Before the block content is passed to the appropriate execution system (e.g., the python interpreter), flex variables and functions are first evaluated. All variables and functions begin with a $ character:

# var_test pipeline
in_dir=/etc
out_fname=output.dat

do_it:
        export:
                tmp_file=__foobar.txt
        code.sh:
                export PATH=~/local/bin:\$PATH
                ls -l $in_dir > $tmp_file
                cut -f1 > $out_fname

In the example above, the shell code block makes use of three flex-defined variables, in_dir, tmp_file, and out_fname. Notice that it also references the shell variable PATH and that, in order to make this reference, a backslash is used to escape the $ character.

Configuring the execution environment. All flex variables are exported into the shell environment in which the execution system will run. For example:

PYTHONPATH=.

do_it:
        code.py:
                import mylib
                mylib.run()

sets the PYTHONPATH variable that the python interpreter will use.

Overloading tasks

Situations can arise in which a pipeline is extending another pipeline, but wants a particular task to do something different. This task overloading is achieved simply by defining the task again in the current pipeline:

extend first_pipeline

first:
        code.py:
                print 'this is the first task'

In this case, we have overloaded first task from earlier to print out a different message.

Variable and function references

As alluded to in earlier sections, variables and functions are important to writing modular, readable, and maintainable pipelines. Here we discuss the guts of how variables, variable references, and function invocations are handled and resolved.

Syntax

Much like in bash and make, variables and functions are references using $<name> or ${<name>}, where the name is the name of the variable or function. Functions have the additional requirement of parentheses which contain the input arguments: $<fxn_name>(<args>) or ${<fxn_name>}(<args>).

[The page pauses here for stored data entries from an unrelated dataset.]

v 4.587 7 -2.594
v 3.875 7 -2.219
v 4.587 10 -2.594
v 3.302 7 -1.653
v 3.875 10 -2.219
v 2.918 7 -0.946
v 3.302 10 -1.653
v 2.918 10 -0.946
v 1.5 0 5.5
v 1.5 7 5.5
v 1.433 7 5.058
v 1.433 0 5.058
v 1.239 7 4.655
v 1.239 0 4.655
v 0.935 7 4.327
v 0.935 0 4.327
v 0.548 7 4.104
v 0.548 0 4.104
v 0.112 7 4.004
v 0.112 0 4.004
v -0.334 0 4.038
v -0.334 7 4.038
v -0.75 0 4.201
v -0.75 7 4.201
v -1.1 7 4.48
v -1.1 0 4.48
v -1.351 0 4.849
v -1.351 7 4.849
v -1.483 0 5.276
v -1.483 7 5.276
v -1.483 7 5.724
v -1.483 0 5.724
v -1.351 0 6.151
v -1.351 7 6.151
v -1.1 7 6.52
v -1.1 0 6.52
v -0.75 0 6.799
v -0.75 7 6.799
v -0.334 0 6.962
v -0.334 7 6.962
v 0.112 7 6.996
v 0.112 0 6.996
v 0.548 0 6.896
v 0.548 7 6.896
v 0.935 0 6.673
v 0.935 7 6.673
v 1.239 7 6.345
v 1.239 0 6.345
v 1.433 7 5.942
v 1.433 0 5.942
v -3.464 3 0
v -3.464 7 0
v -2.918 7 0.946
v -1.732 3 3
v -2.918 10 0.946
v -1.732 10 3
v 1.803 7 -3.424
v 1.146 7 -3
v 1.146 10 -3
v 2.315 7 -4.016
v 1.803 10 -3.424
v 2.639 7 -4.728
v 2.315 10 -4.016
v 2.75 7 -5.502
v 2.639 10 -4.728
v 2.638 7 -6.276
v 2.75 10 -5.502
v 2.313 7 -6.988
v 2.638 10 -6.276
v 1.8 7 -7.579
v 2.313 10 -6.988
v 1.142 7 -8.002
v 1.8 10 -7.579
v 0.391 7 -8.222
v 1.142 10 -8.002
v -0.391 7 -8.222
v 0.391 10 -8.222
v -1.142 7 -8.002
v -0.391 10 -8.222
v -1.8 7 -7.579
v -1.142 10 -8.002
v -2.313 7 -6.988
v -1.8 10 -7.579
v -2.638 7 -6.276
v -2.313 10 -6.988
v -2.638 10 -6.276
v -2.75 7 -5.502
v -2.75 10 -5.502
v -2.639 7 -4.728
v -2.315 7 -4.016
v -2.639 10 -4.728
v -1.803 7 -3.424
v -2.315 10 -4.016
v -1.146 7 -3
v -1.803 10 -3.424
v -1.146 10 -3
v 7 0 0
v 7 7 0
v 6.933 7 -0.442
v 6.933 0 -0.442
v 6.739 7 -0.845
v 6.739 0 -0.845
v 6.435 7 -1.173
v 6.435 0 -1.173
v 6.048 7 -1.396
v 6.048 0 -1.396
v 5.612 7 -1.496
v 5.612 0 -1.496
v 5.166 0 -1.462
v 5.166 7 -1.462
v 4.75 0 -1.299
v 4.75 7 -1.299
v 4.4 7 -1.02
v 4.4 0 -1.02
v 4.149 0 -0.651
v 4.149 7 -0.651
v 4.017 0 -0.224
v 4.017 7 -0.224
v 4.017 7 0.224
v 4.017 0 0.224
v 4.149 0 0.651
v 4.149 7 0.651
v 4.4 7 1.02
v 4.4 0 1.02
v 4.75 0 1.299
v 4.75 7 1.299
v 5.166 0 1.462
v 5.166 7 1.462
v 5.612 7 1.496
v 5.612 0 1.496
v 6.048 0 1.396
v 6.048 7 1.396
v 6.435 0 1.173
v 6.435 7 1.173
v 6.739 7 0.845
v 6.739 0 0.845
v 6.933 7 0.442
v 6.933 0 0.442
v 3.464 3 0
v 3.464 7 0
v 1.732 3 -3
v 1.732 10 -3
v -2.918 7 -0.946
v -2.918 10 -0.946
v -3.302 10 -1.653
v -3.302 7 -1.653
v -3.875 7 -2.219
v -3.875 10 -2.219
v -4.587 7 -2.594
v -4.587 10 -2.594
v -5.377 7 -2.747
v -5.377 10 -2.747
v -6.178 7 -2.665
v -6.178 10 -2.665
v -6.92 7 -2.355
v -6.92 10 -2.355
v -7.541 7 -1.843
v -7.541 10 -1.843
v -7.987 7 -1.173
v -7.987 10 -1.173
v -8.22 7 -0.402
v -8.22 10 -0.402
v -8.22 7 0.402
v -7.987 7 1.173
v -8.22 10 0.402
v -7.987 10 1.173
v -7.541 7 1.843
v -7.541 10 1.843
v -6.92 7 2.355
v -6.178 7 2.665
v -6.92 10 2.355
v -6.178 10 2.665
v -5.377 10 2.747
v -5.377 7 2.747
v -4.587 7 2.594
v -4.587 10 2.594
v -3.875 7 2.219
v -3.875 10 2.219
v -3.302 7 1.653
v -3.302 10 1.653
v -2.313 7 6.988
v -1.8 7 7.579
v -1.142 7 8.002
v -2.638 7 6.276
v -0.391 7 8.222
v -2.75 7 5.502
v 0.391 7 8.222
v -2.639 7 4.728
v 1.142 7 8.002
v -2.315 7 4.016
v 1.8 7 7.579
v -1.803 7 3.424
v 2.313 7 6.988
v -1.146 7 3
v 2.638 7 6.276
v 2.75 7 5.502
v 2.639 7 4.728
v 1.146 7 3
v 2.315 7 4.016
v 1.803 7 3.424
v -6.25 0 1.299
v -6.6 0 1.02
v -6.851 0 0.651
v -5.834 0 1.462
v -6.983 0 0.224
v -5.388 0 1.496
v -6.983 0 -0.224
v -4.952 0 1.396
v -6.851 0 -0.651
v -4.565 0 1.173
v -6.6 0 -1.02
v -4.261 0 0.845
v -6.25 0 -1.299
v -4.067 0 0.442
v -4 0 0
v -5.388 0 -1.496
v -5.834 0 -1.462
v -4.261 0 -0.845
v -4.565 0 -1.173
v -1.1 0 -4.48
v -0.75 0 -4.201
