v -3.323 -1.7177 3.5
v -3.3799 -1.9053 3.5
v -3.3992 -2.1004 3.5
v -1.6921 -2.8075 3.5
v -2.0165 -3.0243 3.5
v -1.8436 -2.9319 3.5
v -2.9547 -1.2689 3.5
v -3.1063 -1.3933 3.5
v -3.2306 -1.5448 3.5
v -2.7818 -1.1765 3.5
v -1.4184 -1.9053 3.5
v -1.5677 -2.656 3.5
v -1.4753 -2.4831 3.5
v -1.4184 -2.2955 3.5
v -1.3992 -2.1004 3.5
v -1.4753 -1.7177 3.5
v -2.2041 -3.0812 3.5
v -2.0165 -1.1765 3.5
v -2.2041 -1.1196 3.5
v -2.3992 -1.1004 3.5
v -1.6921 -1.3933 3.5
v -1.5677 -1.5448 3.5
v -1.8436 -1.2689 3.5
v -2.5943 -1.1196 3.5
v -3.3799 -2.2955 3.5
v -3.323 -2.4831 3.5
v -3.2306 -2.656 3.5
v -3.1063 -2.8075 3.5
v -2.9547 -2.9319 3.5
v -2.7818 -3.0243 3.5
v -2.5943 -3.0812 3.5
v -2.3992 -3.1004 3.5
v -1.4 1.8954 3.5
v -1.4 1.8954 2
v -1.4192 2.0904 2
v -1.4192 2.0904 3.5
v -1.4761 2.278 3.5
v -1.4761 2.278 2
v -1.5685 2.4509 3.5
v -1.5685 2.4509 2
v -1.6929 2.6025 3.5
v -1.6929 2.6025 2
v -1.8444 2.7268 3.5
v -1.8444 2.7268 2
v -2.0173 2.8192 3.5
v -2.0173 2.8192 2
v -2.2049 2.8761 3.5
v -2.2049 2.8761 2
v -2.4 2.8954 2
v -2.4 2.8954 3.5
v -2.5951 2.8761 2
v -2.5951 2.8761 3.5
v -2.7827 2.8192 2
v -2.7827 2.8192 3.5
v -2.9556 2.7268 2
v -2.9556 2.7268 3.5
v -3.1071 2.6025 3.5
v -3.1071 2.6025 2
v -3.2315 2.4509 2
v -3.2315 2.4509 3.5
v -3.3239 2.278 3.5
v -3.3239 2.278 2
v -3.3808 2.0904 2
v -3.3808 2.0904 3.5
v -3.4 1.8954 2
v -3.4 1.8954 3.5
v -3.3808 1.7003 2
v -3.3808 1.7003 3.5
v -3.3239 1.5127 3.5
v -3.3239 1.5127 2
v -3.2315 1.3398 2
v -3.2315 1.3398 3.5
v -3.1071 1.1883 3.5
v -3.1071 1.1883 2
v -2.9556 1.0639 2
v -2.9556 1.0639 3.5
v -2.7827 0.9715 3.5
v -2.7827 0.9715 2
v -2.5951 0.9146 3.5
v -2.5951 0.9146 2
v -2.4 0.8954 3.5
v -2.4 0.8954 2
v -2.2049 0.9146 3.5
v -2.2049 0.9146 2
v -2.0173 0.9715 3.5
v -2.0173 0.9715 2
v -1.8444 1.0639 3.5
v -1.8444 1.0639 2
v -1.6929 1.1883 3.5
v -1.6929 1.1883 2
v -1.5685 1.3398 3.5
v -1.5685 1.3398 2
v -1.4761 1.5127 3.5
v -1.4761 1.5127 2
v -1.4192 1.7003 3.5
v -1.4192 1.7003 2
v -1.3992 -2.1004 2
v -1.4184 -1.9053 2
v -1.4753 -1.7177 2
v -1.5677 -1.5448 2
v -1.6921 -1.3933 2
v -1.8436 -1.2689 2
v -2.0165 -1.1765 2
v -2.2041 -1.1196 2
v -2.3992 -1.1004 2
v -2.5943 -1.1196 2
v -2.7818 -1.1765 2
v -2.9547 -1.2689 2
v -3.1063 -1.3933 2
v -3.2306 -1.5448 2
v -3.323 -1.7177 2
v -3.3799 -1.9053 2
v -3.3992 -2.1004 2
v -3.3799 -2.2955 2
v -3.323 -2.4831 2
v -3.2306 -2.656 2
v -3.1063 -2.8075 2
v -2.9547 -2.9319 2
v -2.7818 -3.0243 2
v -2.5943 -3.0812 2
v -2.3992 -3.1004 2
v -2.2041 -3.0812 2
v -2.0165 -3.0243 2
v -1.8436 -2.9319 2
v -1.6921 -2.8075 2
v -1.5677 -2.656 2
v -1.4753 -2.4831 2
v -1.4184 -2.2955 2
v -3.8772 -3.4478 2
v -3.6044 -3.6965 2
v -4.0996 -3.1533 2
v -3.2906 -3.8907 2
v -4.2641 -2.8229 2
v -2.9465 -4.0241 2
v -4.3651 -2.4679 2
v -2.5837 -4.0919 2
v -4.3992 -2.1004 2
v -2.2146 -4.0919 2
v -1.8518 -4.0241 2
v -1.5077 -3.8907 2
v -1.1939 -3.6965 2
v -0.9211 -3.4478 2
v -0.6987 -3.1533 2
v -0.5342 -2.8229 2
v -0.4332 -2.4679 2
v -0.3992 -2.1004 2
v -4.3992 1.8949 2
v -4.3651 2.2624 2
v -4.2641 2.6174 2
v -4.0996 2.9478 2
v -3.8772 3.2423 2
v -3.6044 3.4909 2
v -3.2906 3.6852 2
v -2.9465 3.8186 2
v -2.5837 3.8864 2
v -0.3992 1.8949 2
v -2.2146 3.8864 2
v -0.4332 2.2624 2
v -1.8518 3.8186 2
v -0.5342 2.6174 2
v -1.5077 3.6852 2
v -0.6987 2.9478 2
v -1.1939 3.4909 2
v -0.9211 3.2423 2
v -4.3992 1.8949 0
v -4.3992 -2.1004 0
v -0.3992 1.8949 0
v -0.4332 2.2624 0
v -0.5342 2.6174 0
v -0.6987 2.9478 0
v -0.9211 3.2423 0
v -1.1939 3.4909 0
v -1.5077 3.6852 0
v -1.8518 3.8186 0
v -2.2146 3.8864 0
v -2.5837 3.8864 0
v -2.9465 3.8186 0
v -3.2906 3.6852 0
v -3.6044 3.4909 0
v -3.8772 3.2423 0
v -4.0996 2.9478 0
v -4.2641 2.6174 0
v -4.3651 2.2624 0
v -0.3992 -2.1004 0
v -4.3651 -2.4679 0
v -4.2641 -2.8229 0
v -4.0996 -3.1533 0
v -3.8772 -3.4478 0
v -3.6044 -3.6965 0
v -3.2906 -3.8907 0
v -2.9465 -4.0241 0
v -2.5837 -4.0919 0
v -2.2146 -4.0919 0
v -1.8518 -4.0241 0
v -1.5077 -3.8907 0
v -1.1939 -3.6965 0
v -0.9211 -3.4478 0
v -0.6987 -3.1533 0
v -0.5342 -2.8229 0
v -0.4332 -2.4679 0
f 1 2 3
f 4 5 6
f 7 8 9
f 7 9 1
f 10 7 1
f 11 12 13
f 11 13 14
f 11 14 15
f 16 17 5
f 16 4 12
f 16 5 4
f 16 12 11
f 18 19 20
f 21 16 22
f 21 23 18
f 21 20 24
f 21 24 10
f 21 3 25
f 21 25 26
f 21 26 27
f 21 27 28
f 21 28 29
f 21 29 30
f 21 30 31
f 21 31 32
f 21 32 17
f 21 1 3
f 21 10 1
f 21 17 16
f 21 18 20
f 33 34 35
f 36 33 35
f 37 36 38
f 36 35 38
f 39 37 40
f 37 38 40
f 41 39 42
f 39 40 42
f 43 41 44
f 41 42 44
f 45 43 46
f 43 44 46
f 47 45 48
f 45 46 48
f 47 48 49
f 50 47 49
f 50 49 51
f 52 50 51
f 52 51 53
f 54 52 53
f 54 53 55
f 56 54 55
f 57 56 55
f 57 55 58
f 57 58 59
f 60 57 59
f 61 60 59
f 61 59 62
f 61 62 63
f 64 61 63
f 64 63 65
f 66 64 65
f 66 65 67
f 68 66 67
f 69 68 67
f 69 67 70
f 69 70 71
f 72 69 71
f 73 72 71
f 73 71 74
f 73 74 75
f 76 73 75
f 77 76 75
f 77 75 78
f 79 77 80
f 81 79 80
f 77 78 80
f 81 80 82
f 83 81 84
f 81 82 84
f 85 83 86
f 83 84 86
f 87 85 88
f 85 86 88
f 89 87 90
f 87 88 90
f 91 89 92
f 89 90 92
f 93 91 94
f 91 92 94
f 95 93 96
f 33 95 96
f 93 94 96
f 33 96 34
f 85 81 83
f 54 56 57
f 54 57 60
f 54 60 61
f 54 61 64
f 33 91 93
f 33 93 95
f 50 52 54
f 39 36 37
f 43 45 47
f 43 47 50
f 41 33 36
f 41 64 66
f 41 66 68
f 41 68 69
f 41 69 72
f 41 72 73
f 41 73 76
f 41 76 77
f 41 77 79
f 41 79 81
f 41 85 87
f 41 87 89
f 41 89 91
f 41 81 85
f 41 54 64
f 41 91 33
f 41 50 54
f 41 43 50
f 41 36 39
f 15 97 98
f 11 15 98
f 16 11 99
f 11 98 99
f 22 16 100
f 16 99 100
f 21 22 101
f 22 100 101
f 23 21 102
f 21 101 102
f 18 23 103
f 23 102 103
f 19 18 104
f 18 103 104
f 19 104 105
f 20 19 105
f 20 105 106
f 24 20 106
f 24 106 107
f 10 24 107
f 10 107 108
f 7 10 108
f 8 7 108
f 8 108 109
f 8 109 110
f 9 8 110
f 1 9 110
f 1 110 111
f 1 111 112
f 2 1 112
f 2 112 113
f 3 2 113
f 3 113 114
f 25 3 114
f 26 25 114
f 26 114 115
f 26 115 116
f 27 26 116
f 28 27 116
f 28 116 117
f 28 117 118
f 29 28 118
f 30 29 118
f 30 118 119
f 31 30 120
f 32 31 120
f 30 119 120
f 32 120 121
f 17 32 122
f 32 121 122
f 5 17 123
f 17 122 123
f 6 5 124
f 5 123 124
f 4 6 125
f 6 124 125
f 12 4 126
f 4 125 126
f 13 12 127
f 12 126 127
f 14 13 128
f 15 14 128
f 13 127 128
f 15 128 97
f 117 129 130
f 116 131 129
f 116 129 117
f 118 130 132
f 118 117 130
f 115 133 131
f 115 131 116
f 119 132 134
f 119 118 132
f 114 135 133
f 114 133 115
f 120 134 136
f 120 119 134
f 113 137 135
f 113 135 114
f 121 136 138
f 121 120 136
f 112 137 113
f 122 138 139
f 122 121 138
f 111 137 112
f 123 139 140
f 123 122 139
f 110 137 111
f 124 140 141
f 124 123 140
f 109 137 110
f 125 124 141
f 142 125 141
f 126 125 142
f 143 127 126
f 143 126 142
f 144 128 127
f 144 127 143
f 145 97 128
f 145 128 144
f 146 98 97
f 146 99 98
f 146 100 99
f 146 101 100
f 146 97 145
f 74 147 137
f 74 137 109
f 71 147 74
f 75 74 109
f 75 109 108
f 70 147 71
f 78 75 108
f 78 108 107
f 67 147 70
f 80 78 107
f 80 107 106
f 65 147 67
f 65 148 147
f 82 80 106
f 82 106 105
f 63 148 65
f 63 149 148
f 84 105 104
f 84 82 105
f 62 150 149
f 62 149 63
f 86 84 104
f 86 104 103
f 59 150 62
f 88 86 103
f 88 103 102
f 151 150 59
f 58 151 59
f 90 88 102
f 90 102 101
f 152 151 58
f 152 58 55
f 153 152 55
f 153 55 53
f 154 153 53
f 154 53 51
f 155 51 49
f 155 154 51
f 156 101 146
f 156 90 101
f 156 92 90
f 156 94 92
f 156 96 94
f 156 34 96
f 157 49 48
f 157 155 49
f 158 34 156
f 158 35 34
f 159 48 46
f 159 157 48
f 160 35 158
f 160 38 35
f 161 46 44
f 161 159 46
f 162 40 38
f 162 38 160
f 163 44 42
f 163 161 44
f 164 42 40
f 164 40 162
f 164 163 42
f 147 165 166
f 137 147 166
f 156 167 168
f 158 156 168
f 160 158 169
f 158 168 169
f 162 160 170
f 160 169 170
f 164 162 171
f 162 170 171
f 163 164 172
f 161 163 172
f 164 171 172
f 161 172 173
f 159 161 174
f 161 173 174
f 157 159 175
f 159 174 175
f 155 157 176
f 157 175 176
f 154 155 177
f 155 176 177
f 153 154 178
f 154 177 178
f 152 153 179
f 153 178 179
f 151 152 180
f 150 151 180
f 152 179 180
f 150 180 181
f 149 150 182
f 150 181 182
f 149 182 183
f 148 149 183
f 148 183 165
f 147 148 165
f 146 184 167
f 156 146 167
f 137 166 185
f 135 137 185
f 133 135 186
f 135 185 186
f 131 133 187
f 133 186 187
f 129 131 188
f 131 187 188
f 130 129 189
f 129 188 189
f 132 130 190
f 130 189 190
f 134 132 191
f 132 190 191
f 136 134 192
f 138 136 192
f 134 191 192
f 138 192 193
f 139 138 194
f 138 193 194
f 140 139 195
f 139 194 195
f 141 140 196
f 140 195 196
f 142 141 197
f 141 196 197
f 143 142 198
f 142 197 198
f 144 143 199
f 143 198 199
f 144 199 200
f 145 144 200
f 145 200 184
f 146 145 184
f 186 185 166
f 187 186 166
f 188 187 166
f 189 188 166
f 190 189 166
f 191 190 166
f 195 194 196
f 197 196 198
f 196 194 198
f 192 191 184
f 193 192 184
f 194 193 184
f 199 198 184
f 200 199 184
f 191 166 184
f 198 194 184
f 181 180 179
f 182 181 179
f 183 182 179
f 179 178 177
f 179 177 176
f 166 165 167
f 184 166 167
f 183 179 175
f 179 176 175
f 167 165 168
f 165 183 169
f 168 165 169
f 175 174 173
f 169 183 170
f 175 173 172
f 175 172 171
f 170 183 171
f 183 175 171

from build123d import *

# Parameters (mm, degrees)
F0_R     = 1
F1_DEPTH = 3.5
F2_DEPTH = 2
F3_DEPTH = 2


# Not quite as in the source:
# - a feature names something its author has since deleted; it is built from what else it names


with BuildPart() as f1:
    # F0 (on Top) → F1 (new body)
    with BuildSketch(Plane.XY):
        with Locations((-2.3999998812, 1.8953582125)):
            Circle(F0_R)
    extrude(amount=F1_DEPTH)



with BuildPart() as f1b:
    # F0 (on Top) → F1, piece 2 (new body)
    with BuildSketch(Plane.XY):
        with Locations((-2.3991598333, -2.1004185153)):
            Circle(F0_R)
    extrude(amount=F1_DEPTH)


with BuildPart() as f1_1:
    add(f1.part)

    add(f1b.part)  # F2 merges F1b
    # F0 (on Top) → F2 (join)
    with BuildSketch(Plane.XY):
        with BuildLine():
            ThreePointArc((-2.4958517574, -0.1027572147), (-3.8471556634, -0.7208141967), (-4.3991598333, -2.1004185153))
            ThreePointArc((-4.3991598333, -2.1004185153), (-2.3991598333, -4.1004185153), (-0.3991598333, -2.1004185153))
            ThreePointArc((-0.3991598333, -2.1004185153), (-0.9511640032, -0.7208141967), (-2.3024679093, -0.1027572147))
            ThreePointArc((-2.3024679093, -0.1027572147), (-2.3991598333, -0.1050959142), (-2.4958517574, -0.1027572147))
        make_face()
        with Locations((-2.3991598333, -2.1004185153)):
            Circle(F0_R, mode=Mode.SUBTRACT)
        with BuildLine():
            ThreePointArc((-2.3024679093, -0.1027572147), (-0.9511640032, -0.7208141967), (-0.3991598333, -2.1004185153))
            Line((-0.3991598333, -2.1004185153), (-0.3991598333, 1.8949040858))
            ThreePointArc((-0.3991598333, 1.8949040858), (-0.9511640032, 0.5152997672), (-2.3024679093, -0.1027572147))
        make_face()
        with BuildLine():
            ThreePointArc((-4.3991598333, 1.8949040858), (-3.8471556634, 0.5152997672), (-2.4958517574, -0.1027572147))
            ThreePointArc((-2.4958517574, -0.1027572147), (-2.3991598333, -0.1004185153), (-2.3024679093, -0.1027572147))
            ThreePointArc((-2.3024679093, -0.1027572147), (-0.9511640032, 0.5152997672), (-0.3991598333, 1.8949040858))
            ThreePointArc((-0.3991598333, 1.8949040858), (-2.3991598333, 3.8949040858), (-4.3991598333, 1.8949040858))
        make_face()
        with Locations((-2.3999998812, 1.8953582125)):
            Circle(F0_R, mode=Mode.SUBTRACT)
        with BuildLine():
            ThreePointArc((-2.3024679093, -0.1027572147), (-2.3991598333, -0.1004185153), (-2.4958517574, -0.1027572147))
            ThreePointArc((-2.4958517574, -0.1027572147), (-2.3991598333, -0.1050959142), (-2.3024679093, -0.1027572147))
        make_face()
    extrude(amount=F2_DEPTH)

    # F0 (on Top) → F3 (join)
    with BuildSketch(Plane.XY):
        with BuildLine():
            Line((-4.3991598333, 1.8949040858), (-4.3991598333, -2.1004185153))
            ThreePointArc((-4.3991598333, -2.1004185153), (-3.8471556634, -0.7208141967), (-2.4958517574, -0.1027572147))
            ThreePointArc((-2.4958517574, -0.1027572147), (-3.8471556634, 0.5152997672), (-4.3991598333, 1.8949040858))
        make_face()
    extrude(amount=F3_DEPTH)


solid = f1_1.part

Variable and function names can consist of one or more alphanumeric or underscore characters. The second reference form using curly braces allows the use of variables in places where there is no whitespace: foobar_${iternum}.txt.

Available functions

Executing shell commands

The $(x) command executes command x and evaluates to the standard out produced by the execution. To be valid, the command must produce exactly one line of text.

cmd = gcc
t1:
        code.sh:
                ls -lh $(which $cmd)

In this example, the which command is run. Notice that flex variables can be used within functions.

Accessing resources in the namespace

The $PLN(x) function will resolve to the absolute path to the resource x within the pipeline namespace. So, if the pipeline namespace is /tmp/foobar, then $PLN(x) = /tmp/foobar_x.

Accessing resources in `other` namespaces. At times it may be necessary for one pipeline to access a resource in another pipeline’s namespace. The $PLN(p,r) function can be used for this purpose. Here the function accepts two arguments. p is the name of the pipeline (which must be mentioned in a use statement) and r is the resource name. For example, in the following code:

use phase1 as p1

p2_task: p1.t1
        code.sh:
                head $PLN(p1,foobar.txt)

p2_task will access the file foobar.txt in the namespace of the phase1 pipeline.

Resolution rules

Variable and function references are resolved in two places:

  • The right-hand side of variable assignments
  • Anywhere inside blocks

Consider the following example pipeline:

my_site_packages=$(which python | basedir)/lib/site-packages

iter_num=10

download:
        export:
                PYTHONPATH=$my_site_packages
        code.py:
                import mylib
                mylib.run($iter_num)

In it, a number of flex variables and functions are used. Notably, the reference to $iter_num is resolved to 10 before the python code is called.

Global vs. block scope

Any variables defined in or changed in export blocks do not retain those affects outside of the task in which they appear.